Input data Block Start

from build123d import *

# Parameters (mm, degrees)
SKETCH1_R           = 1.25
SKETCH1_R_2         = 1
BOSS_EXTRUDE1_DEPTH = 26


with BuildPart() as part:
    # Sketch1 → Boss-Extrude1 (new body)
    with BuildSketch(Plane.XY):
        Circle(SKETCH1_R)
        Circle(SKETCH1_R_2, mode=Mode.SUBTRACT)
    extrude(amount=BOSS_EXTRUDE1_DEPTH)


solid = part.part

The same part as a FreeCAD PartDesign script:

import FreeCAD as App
import Part
import Sketcher
from FreeCAD import Vector

doc = App.newDocument("Part")
body = doc.addObject("PartDesign::Body", "Body")

# Sketch on XY plane
sketch1 = body.newObject("Sketcher::SketchObject", "Sketch")
sketch1.AttachmentSupport = (doc.getObject("XY_Plane"), [""])
sketch1.MapMode = "FlatFace"
sketch1.addGeometry(Part.Circle(Vector(0, 0, 0), Vector(0, 0, 1), 1.2), False)
sketch1.addGeometry(Part.Circle(Vector(0, 0, 0), Vector(0, 0, 1), 1), False)
sketch1.addConstraint(Sketcher.Constraint("Coincident", 0, 3, -1, 1))
sketch1.addConstraint(Sketcher.Constraint("Coincident", 1, 3, -1, 1))
sketch1.addConstraint(Sketcher.Constraint("Diameter", 1, 2.0))
sketch1.addConstraint(Sketcher.Constraint("Diameter", 0, 2.5))
pad1 = body.newObject("PartDesign::Pad", "Pad")
pad1.Profile = sketch1
pad1.Length = 26

doc.recompute()
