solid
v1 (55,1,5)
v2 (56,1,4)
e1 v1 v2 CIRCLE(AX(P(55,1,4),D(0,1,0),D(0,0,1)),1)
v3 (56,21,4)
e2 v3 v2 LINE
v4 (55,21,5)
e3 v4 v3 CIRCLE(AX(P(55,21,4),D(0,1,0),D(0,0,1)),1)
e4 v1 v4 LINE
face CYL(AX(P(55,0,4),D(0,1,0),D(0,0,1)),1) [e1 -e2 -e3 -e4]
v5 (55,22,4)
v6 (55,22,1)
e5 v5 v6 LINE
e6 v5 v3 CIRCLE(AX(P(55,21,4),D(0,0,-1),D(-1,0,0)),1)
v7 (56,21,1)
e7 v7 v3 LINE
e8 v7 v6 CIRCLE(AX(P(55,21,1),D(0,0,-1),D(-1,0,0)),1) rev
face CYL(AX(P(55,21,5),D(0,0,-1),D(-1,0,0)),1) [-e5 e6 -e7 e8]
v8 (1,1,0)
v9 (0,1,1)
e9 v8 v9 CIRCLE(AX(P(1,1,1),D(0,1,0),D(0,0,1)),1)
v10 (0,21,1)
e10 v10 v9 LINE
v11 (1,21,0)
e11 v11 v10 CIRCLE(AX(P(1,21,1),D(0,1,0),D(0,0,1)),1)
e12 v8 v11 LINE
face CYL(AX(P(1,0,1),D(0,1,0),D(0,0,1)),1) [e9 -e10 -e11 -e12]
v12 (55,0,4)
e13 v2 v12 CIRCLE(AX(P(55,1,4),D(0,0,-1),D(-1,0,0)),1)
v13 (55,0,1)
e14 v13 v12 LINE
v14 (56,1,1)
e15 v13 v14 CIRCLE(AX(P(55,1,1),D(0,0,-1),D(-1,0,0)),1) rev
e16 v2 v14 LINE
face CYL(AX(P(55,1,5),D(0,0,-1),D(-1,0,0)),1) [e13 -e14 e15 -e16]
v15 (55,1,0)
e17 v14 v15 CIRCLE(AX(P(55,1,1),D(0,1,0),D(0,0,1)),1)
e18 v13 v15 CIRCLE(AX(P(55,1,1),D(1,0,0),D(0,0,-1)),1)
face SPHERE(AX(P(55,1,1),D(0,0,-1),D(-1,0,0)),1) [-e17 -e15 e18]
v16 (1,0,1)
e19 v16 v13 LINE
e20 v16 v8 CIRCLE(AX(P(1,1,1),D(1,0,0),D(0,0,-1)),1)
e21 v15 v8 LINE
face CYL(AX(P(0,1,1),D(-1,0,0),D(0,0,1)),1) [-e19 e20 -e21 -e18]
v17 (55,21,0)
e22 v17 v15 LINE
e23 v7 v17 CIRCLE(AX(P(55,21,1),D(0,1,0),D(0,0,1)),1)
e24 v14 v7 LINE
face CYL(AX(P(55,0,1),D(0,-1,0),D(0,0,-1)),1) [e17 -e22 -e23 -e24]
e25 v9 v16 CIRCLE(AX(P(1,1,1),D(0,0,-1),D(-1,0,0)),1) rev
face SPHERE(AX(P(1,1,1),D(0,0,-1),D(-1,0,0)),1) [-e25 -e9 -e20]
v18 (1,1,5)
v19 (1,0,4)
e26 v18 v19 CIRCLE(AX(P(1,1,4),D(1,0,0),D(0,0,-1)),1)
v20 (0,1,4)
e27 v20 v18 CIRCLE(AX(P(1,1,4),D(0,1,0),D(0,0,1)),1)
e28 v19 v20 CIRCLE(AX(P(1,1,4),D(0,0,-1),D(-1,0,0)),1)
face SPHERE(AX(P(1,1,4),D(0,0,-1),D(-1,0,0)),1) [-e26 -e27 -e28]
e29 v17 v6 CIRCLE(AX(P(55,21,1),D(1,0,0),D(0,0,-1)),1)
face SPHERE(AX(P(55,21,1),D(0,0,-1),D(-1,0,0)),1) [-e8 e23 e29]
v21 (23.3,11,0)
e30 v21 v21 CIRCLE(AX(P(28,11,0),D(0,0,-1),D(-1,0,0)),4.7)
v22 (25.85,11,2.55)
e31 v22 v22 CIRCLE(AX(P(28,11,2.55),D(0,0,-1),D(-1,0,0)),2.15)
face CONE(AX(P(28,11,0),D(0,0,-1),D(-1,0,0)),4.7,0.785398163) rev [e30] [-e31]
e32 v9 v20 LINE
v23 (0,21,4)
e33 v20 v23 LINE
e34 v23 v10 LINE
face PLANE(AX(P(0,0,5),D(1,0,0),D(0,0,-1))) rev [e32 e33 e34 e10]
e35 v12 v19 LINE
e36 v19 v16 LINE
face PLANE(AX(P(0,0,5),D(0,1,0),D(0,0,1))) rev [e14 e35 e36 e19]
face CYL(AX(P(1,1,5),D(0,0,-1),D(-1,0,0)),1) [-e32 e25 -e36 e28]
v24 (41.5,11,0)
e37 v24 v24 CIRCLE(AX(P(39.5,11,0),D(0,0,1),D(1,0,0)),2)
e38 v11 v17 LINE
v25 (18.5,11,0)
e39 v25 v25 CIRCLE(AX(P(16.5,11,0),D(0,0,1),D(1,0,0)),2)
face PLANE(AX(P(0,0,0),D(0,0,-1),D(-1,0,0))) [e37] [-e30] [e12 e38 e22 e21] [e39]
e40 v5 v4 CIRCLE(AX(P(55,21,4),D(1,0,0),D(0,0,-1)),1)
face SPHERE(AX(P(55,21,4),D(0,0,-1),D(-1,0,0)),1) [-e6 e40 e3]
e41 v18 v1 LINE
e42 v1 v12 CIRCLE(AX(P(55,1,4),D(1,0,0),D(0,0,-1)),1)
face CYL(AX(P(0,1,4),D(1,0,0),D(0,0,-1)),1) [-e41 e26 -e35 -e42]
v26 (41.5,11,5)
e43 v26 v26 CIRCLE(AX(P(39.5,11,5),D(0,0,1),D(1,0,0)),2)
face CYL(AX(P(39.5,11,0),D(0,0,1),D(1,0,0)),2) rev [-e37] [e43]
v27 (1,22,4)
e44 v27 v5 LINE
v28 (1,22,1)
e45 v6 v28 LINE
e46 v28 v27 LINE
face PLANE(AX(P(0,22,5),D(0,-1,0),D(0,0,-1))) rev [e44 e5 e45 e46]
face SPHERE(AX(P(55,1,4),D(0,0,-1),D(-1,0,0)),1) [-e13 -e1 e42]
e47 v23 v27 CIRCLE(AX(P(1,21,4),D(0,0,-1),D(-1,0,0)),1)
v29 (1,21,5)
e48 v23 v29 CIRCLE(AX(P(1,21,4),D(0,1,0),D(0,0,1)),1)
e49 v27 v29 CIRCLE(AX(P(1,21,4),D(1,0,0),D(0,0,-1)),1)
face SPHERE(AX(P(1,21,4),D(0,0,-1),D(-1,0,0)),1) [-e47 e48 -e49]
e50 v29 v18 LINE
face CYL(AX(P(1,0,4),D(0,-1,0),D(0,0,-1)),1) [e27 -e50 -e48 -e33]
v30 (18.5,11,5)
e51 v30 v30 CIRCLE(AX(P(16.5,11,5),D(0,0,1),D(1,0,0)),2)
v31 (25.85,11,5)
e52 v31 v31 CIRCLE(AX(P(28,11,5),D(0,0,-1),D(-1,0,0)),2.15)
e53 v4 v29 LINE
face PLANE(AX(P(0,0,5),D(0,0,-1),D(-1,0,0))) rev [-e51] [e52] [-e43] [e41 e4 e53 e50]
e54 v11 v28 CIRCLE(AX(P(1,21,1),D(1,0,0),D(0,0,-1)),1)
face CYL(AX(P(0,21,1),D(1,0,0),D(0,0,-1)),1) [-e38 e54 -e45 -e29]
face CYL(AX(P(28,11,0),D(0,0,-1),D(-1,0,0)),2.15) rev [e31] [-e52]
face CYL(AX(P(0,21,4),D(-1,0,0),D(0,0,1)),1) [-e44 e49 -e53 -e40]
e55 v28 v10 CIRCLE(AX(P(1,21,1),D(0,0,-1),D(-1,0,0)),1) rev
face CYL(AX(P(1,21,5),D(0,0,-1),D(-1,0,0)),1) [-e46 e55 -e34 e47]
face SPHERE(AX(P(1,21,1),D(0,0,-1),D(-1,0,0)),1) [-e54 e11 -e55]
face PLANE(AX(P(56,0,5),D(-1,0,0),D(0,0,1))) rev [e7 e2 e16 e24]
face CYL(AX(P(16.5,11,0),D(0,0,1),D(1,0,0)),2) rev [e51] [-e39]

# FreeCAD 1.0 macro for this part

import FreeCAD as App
import Part
import Sketcher
Q = App.Units.Quantity


def edges_at(feature, points):
    """Names of the edges that pass closest to the given points."""
    edges = feature.Shape.Edges
    near = lambda p: min(range(len(edges)), key=lambda i: edges[i].distToShape(Part.Vertex(*p))[0])
    return sorted({f"Edge{near(p) + 1}" for p in points})

doc = App.newDocument("Part")
body = doc.addObject("PartDesign::Body", "Body")

# Sketch on XY plane
sketch1 = body.newObject("Sketcher::SketchObject", "Sketch")
sketch1.AttachmentSupport = (doc.getObject("XY_Plane"), [""])
sketch1.MapMode = "FlatFace"
sketch1.addGeometry([
    Part.LineSegment(App.Vector(0, 22, 0), App.Vector(0, 0, 0)),
    Part.LineSegment(App.Vector(0, 0, 0), App.Vector(56, 0, 0)),
    Part.LineSegment(App.Vector(56, 0, 0), App.Vector(56, 22, 0)),
    Part.LineSegment(App.Vector(56, 22, 0), App.Vector(0, 22, 0)),
], False)
sketch1.addConstraint([
    Sketcher.Constraint("Coincident", 0, 2, 1, 1),
    Sketcher.Constraint("Coincident", 1, 2, 2, 1),
    Sketcher.Constraint("Coincident", 2, 2, 3, 1),
    Sketcher.Constraint("Coincident", 3, 2, 0, 1),
    Sketcher.Constraint("Vertical", 0),
    Sketcher.Constraint("Horizontal", 1),
    Sketcher.Constraint("Vertical", 2),
    Sketcher.Constraint("Horizontal", 3),
    Sketcher.Constraint("Coincident", 0, 2, -1, 1),
    Sketcher.Constraint("DistanceX", 1, 1, 1, 2, Q("56 mm")),
    Sketcher.Constraint("DistanceY", 0, 2, 0, 1, Q("22 mm")),
])
pad1 = body.newObject("PartDesign::Pad", "Pad")
pad1.Profile = sketch1
pad1.Length = 5

# Sketch on XY plane
sketch2 = body.newObject("Sketcher::SketchObject", "Sketch001")
sketch2.AttachmentSupport = (doc.getObject("XY_Plane"), [""])
sketch2.MapMode = "FlatFace"
sketch2.AttachmentOffset = App.Placement(App.Vector(0, 0, 5), App.Rotation())
sketch2.addGeometry([
    Part.Circle(App.Vector(16.5, 11, 0), App.Vector(0, 0, 1), 2),
    Part.Circle(App.Vector(39.5, 11, 0), App.Vector(0, 0, 1), 2),
], False)
sketch2.addConstraint([
    Sketcher.Constraint("Equal", 0, 1),
    Sketcher.Constraint("Horizontal", 0, 3, 1, 3),
    Sketcher.Constraint("Diameter", 0, Q("4 mm")),
    Sketcher.Constraint("DistanceY", -1, 1, 0, 3, Q("11 mm")),
    Sketcher.Constraint("DistanceX", 0, 3, 1, 3, Q("23 mm")),
    Sketcher.Constraint("DistanceX", -1, 1, 0, 3, Q("16.5 mm")),
])
pocket1 = body.newObject("PartDesign::Pocket", "Pocket")
pocket1.Profile = sketch2
pocket1.Type = "ThroughAll"
doc.recompute()

fillet = body.newObject("PartDesign::Fillet", "Fillet")
fillet.Base = (pocket1, edges_at(pocket1, [
    (0, 22, 2.5),
    (56, 22, 2.5),
    (56, 0, 2.5),
    (0, 0, 2.5),
]))
fillet.Radius = 1
doc.recompute()

fillet2 = body.newObject("PartDesign::Fillet", "Fillet001")
fillet2.Base = (fillet, edges_at(fillet, [
    (28, 22, 0),
    (28, 22, 5),
    (0, 11, 0),
    (56, 11, 0),
    (28, 0, 0),
    (0.293, 21.707, 0),
    (0.293, 0.293, 0),
    (55.707, 0.293, 0),
    (55.707, 21.707, 0),
    (56, 11, 5),
    (0, 11, 5),
    (28, 0, 5),
    (0.293, 21.707, 5),
    (0.293, 0.293, 5),
    (55.707, 0.293, 5),
    (55.707, 21.707, 5),
]))
fillet2.Radius = 1

# Sketch on XY plane
sketch3 = body.newObject("Sketcher::SketchObject", "Sketch002")
sketch3.AttachmentSupport = (doc.getObject("XY_Plane"), [""])
sketch3.MapMode = "FlatFace"
sketch3.addGeometry(Part.Circle(App.Vector(28, 11, 0), App.Vector(0, 0, 1), 2.1), False)
sketch3.addConstraint([
    Sketcher.Constraint("Diameter", 0, Q("4.3 mm")),
    Sketcher.Constraint("DistanceX", -1, 1, 0, 3, Q("28 mm")),
    Sketcher.Constraint("DistanceY", -1, 1, 0, 3, Q("11 mm")),
])
doc.recompute()
hole = body.newObject("PartDesign::Hole", "Hole")
hole.Profile = sketch3
hole.ThreadType = "None"
hole.Diameter = 4.3
hole.DepthType = "ThroughAll"
hole.HoleCutType = "Countersink"
hole.HoleCutDiameter = 9.4
hole.HoleCutCountersinkAngle = 90
hole.Reversed = True

doc.recompute()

Input data Block End

# [What the task requires]
Only one stretch of the entries above is wanted: the lines from the one containing "v31 (25.85,11,5)" through the one containing "# FreeCAD 1.0 macro for this part". Please reproduce it exactly.

# [Output below]
v31 (25.85,11,5)
e52 v31 v31 CIRCLE(AX(P(28,11,5),D(0,0,-1),D(-1,0,0)),2.15)
e53 v4 v29 LINE
face PLANE(AX(P(0,0,5),D(0,0,-1),D(-1,0,0))) rev [-e51] [e52] [-e43] [e41 e4 e53 e50]
e54 v11 v28 CIRCLE(AX(P(1,21,1),D(1,0,0),D(0,0,-1)),1)
face CYL(AX(P(0,21,1),D(1,0,0),D(0,0,-1)),1) [-e38 e54 -e45 -e29]
face CYL(AX(P(28,11,0),D(0,0,-1),D(-1,0,0)),2.15) rev [e31] [-e52]
face CYL(AX(P(0,21,4),D(-1,0,0),D(0,0,1)),1) [-e44 e49 -e53 -e40]
e55 v28 v10 CIRCLE(AX(P(1,21,1),D(0,0,-1),D(-1,0,0)),1) rev
face CYL(AX(P(1,21,5),D(0,0,-1),D(-1,0,0)),1) [-e46 e55 -e34 e47]
face SPHERE(AX(P(1,21,1),D(0,0,-1),D(-1,0,0)),1) [-e54 e11 -e55]
face PLANE(AX(P(56,0,5),D(-1,0,0),D(0,0,1))) rev [e7 e2 e16 e24]
face CYL(AX(P(16.5,11,0),D(0,0,1),D(1,0,0)),2) rev [e51] [-e39]

# FreeCAD 1.0 macro for this part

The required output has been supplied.